(RV) Entretien- Le viol en temps de guerre : c’est le thème d’un sommet sans
précédent qui s’ouvre ce mardi à Londres. Il sera présidé par le chef de la diplomatie
britannique William Hague et par une star d’Hollywood, Angelina Jolie. Pendant quatre
jours, des ministres des Affaires étrangères, des policiers et des juristes vont tenter
de mettre au point une stratégie pour combattre le recours au viol comme arme de guerre.
A
cette occasion, nous vous proposons le témoignage d’une femme qui a fait de ce combat
une des priorités de son apostolat. Sœur Victoria Chiharhula Msola est une missionnaire
de Notre Dame d’Afrique. Elle est originaire de Bukavu, en RDC. Elle est actuellement
coordinatrice du projet Justice, paix et intégrité de la création, au niveau de sa
congrégation
De 2000
à 2007, j’étais basé à Bukavu. C’était le moment de la guerre et pendant ce temps,
tant de violences se sont passées. Alors, lorsque j’avais un peu de temps libre, je
partais avec les équipes de la Caritas dans les villages détruits où on a brulé des
maisons, où on a violé des femmes en masse, où on a massacré et on a pris des jeunes
filles en forêt, etc. Nous allions pour apporter un réconfort à ces gens. On amenait
des vivres et nous passions des nuits entières à écouter des histoires qui, si on
ne les vit pas, nous semblent de la fiction.
Est-ce que cette réalité
que vous avez connue perdure aujourd’hui ? Il tend à diminuer grâce à la défaite
du Mouvement du 23 mars qu’on appelle le M23 et tous les efforts qu’on fait pour sensibiliser
la population. Mais, ça continue.
La violence sexuelle pendant les guerres,
ça a toujours existé. Mais ce qui a caractérisé les violences de ces dernières années,
c’est qu’il y a derrière une stratégie. Est-ce que vous me confirmez cet aspect des
choses ? La violence exercée pour détruire des populations, pour détruire des pays.

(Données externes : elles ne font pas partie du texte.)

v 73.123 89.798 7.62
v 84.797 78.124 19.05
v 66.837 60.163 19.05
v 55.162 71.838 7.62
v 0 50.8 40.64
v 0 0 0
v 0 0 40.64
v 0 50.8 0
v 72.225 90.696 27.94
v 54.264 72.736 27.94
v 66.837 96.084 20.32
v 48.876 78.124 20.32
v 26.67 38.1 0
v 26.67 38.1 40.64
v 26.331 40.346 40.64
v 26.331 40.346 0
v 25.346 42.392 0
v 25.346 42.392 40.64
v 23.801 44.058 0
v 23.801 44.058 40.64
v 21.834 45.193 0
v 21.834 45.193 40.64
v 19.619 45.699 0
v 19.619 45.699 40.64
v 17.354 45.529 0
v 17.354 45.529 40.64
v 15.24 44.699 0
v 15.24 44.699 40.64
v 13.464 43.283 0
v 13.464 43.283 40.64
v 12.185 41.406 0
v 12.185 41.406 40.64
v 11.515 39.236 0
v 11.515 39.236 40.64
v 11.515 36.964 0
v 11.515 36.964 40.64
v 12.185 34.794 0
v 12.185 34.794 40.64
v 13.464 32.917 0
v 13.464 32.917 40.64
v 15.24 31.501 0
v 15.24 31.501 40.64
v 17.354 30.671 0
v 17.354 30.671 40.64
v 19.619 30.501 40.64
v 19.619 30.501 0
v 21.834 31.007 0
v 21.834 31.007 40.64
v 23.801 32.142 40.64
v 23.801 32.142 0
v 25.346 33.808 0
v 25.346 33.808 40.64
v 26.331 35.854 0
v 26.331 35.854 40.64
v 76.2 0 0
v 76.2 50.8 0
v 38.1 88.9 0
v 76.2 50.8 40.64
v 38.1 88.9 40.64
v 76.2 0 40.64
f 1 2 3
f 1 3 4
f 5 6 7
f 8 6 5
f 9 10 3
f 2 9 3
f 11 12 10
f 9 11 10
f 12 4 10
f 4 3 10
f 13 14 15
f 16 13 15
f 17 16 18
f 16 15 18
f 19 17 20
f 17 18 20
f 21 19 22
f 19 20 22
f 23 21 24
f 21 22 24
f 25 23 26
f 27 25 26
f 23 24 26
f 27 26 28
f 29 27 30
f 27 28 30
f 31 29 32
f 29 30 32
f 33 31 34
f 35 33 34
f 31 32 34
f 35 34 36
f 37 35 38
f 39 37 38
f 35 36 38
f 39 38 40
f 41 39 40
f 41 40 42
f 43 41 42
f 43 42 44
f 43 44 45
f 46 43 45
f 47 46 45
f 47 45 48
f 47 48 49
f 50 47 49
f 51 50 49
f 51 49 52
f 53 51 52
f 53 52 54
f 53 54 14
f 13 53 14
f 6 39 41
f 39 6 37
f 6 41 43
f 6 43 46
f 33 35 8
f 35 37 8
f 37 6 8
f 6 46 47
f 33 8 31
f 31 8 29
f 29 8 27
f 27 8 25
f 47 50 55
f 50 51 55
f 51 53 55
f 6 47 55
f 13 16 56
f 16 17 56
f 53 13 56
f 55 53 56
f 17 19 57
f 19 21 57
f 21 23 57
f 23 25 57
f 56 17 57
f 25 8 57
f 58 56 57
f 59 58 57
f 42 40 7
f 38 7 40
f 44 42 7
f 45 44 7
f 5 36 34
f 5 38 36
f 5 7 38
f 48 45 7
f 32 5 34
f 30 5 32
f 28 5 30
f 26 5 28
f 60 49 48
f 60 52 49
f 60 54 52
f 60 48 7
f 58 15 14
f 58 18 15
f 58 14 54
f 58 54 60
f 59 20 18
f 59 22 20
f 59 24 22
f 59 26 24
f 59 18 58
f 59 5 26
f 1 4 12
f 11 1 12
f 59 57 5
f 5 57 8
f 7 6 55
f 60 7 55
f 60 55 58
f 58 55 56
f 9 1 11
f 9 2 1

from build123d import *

# Parameters (mm, degrees)
F0_W     = 76.2
F0_H     = 50.8
F1_DEPTH = 40.64
F2_R     = 7.62
F3_DEPTH = 40.641
F5_DEPTH = 25.4


with BuildPart() as f1:
    # F0 (on Top) → F1 (new body)
    with BuildSketch(Plane.XY):
        with Locations((38.1, 25.4)):
            Rectangle(F0_W, F0_H)
        Polygon((38.1, 88.9), (0, 50.8), (76.2, 50.8), align=None)
    extrude(amount=F1_DEPTH)

    # F2 (on face) → F3 (cut, through all)
    with BuildSketch(Plane.XY.offset(40.64)):
        with Locations((19.05, 38.1)):
            Circle(F2_R)
    extrude(amount=-F3_DEPTH, mode=Mode.SUBTRACT)


with BuildPart() as f5:
    # F4 (on face) → F5 (new body)
    with BuildSketch(Plane(origin=(63.5, 63.5, 0), x_dir=(-0.707107, 0.707107, 0), z_dir=(0.707107, 0.707107, 0))):
        Polygon((11.791024, 7.62), (20.681024, 20.32), (13.061024, 27.94), (-4.718976, 19.05), align=None)
    extrude(amount=F5_DEPTH)


solid = Compound([f1.part, f5.part])
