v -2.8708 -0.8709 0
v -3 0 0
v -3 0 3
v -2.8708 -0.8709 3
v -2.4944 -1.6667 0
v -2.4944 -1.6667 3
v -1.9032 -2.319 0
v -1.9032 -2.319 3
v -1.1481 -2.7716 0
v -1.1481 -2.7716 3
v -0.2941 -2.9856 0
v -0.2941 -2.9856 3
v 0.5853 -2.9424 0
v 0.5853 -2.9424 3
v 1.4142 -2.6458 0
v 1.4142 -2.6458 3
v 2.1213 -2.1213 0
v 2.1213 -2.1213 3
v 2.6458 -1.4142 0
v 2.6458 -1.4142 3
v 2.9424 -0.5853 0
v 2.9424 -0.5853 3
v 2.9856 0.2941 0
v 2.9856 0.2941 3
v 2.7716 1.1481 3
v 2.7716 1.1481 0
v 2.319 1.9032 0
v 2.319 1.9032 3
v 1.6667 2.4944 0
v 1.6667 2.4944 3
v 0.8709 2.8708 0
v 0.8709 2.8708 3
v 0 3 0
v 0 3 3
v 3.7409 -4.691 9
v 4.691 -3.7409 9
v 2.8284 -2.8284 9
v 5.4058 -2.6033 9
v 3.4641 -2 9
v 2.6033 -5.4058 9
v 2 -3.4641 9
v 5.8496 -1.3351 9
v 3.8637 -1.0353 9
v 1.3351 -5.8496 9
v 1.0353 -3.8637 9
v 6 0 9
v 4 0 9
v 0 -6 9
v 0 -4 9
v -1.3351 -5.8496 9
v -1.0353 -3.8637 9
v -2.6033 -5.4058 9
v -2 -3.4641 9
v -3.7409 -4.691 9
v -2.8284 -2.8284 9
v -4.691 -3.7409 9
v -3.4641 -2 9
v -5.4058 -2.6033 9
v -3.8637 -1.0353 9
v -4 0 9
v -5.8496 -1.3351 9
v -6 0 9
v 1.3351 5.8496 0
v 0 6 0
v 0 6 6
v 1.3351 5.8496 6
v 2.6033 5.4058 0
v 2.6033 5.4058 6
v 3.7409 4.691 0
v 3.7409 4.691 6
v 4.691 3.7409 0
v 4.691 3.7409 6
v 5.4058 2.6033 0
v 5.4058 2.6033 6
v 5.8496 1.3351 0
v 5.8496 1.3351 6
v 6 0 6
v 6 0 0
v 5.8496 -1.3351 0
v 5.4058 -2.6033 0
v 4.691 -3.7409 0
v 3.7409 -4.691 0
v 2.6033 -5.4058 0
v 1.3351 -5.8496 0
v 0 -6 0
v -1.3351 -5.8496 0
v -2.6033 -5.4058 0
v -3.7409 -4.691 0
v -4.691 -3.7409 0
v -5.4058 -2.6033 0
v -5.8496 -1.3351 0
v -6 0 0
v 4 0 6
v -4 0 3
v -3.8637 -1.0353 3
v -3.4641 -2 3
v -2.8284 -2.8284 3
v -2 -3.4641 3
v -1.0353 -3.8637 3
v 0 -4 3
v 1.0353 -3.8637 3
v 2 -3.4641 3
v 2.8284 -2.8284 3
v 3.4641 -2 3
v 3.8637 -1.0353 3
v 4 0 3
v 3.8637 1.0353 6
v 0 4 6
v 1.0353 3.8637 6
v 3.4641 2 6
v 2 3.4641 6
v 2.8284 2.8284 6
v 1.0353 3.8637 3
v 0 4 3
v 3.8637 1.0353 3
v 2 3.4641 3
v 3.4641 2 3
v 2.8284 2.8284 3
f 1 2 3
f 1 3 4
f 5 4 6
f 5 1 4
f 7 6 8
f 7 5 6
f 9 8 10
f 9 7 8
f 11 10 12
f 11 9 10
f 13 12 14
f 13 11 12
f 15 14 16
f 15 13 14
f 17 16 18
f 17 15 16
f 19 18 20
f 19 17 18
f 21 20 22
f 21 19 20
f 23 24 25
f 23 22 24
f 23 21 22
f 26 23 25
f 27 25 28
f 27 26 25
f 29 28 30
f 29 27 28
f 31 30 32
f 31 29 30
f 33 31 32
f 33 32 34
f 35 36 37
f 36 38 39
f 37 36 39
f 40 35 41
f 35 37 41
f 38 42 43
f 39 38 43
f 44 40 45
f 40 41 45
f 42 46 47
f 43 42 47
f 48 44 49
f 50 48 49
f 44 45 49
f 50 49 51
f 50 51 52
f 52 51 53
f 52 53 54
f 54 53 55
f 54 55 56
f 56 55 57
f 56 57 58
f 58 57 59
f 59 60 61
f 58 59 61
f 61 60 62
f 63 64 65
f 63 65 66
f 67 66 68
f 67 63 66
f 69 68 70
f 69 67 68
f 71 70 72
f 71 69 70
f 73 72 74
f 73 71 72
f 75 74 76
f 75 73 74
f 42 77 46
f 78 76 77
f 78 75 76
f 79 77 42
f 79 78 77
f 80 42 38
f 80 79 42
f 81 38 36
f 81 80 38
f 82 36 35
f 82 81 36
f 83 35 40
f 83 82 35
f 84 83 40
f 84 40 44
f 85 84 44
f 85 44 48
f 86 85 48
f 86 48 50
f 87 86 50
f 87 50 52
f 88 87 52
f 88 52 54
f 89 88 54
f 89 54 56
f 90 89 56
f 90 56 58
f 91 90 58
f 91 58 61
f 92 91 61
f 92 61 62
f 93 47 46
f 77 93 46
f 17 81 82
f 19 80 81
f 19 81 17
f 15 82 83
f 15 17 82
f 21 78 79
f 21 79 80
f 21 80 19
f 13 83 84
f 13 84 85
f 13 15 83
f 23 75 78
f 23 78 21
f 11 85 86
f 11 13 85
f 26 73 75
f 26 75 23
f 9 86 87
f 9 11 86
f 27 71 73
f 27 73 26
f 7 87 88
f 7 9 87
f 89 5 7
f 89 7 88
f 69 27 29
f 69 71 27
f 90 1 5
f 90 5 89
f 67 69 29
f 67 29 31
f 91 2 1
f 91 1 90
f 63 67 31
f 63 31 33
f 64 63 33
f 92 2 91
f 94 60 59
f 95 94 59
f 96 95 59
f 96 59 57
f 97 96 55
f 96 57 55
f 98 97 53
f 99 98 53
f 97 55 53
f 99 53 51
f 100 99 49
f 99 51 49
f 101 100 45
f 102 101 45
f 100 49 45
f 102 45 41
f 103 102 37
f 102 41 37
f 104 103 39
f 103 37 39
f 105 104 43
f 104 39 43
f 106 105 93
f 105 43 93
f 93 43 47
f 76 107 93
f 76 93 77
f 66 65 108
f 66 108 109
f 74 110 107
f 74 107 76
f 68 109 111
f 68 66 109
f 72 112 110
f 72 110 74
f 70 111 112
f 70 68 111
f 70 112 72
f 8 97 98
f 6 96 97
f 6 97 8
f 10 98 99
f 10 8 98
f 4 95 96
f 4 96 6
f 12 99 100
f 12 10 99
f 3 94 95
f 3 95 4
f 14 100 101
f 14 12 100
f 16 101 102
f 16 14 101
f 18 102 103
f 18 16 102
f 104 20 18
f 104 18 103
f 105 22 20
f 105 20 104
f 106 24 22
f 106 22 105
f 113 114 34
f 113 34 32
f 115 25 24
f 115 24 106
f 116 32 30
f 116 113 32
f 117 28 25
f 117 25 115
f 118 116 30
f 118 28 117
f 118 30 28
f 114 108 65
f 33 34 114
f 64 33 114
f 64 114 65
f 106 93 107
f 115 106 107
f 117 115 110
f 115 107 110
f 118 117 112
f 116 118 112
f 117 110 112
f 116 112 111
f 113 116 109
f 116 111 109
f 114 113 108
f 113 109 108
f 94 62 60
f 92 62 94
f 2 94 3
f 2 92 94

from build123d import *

# Parameters (mm, degrees)
BOSS_EXTRUDE1_DEPTH = 9
SKETCH2_W           = 6
SKETCH2_H           = 6
CUT_EXTRUDE1_DEPTH  = 3
SKETCH3_R           = 4
CUT_EXTRUDE2_DEPTH  = 6


with BuildPart() as part:
    # Sketch1 → Boss-Extrude1 (new body)
    with BuildSketch(Plane.XY):
        with BuildLine():
            Line((-6, 0), (-3, 0))
            ThreePointArc((-3, 0), (2.121320344, -2.121320344), (0, 3))
            Line((0, 3), (0, 6))
            ThreePointArc((0, 6), (4.242640687, -4.242640687), (-6, 0))
        make_face()
    extrude(amount=BOSS_EXTRUDE1_DEPTH)

    # Sketch2 → Cut-Extrude1 (cut)
    with BuildSketch(Plane.XY.offset(9)):
        with Locations((3, 3)):
            Rectangle(SKETCH2_W, SKETCH2_H)
    extrude(amount=-CUT_EXTRUDE1_DEPTH, mode=Mode.SUBTRACT)

    # Sketch3 → Cut-Extrude2 (cut)
    with BuildSketch(Plane.XY.offset(9)):
        Circle(SKETCH3_R)
    extrude(amount=-CUT_EXTRUDE2_DEPTH, mode=Mode.SUBTRACT)


solid = part.part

C’est justement quand on voit l’étendue, les méthodes, la méchanceté avec
laquelle les violences sont commises. J’ai vu les groupes d’âge qui sont compris entre
18 mois et 75 ans. Ils entrent dans un village et ils font des viols systématiques.
Après avoir violé les femmes, ils commencent à détruire leurs organes génitaux. Ils
les coupent à la baïonnette, au couteau, avec des morceaux de bois, des fusils. Ces
dernières années, on est même en train d’utiliser de l’acide pour brûler complètement
les organes génitaux des femmes. Ça, c’est une volonté d’éliminer ce peuple car quand
on détruit les femmes, on détruit la vie.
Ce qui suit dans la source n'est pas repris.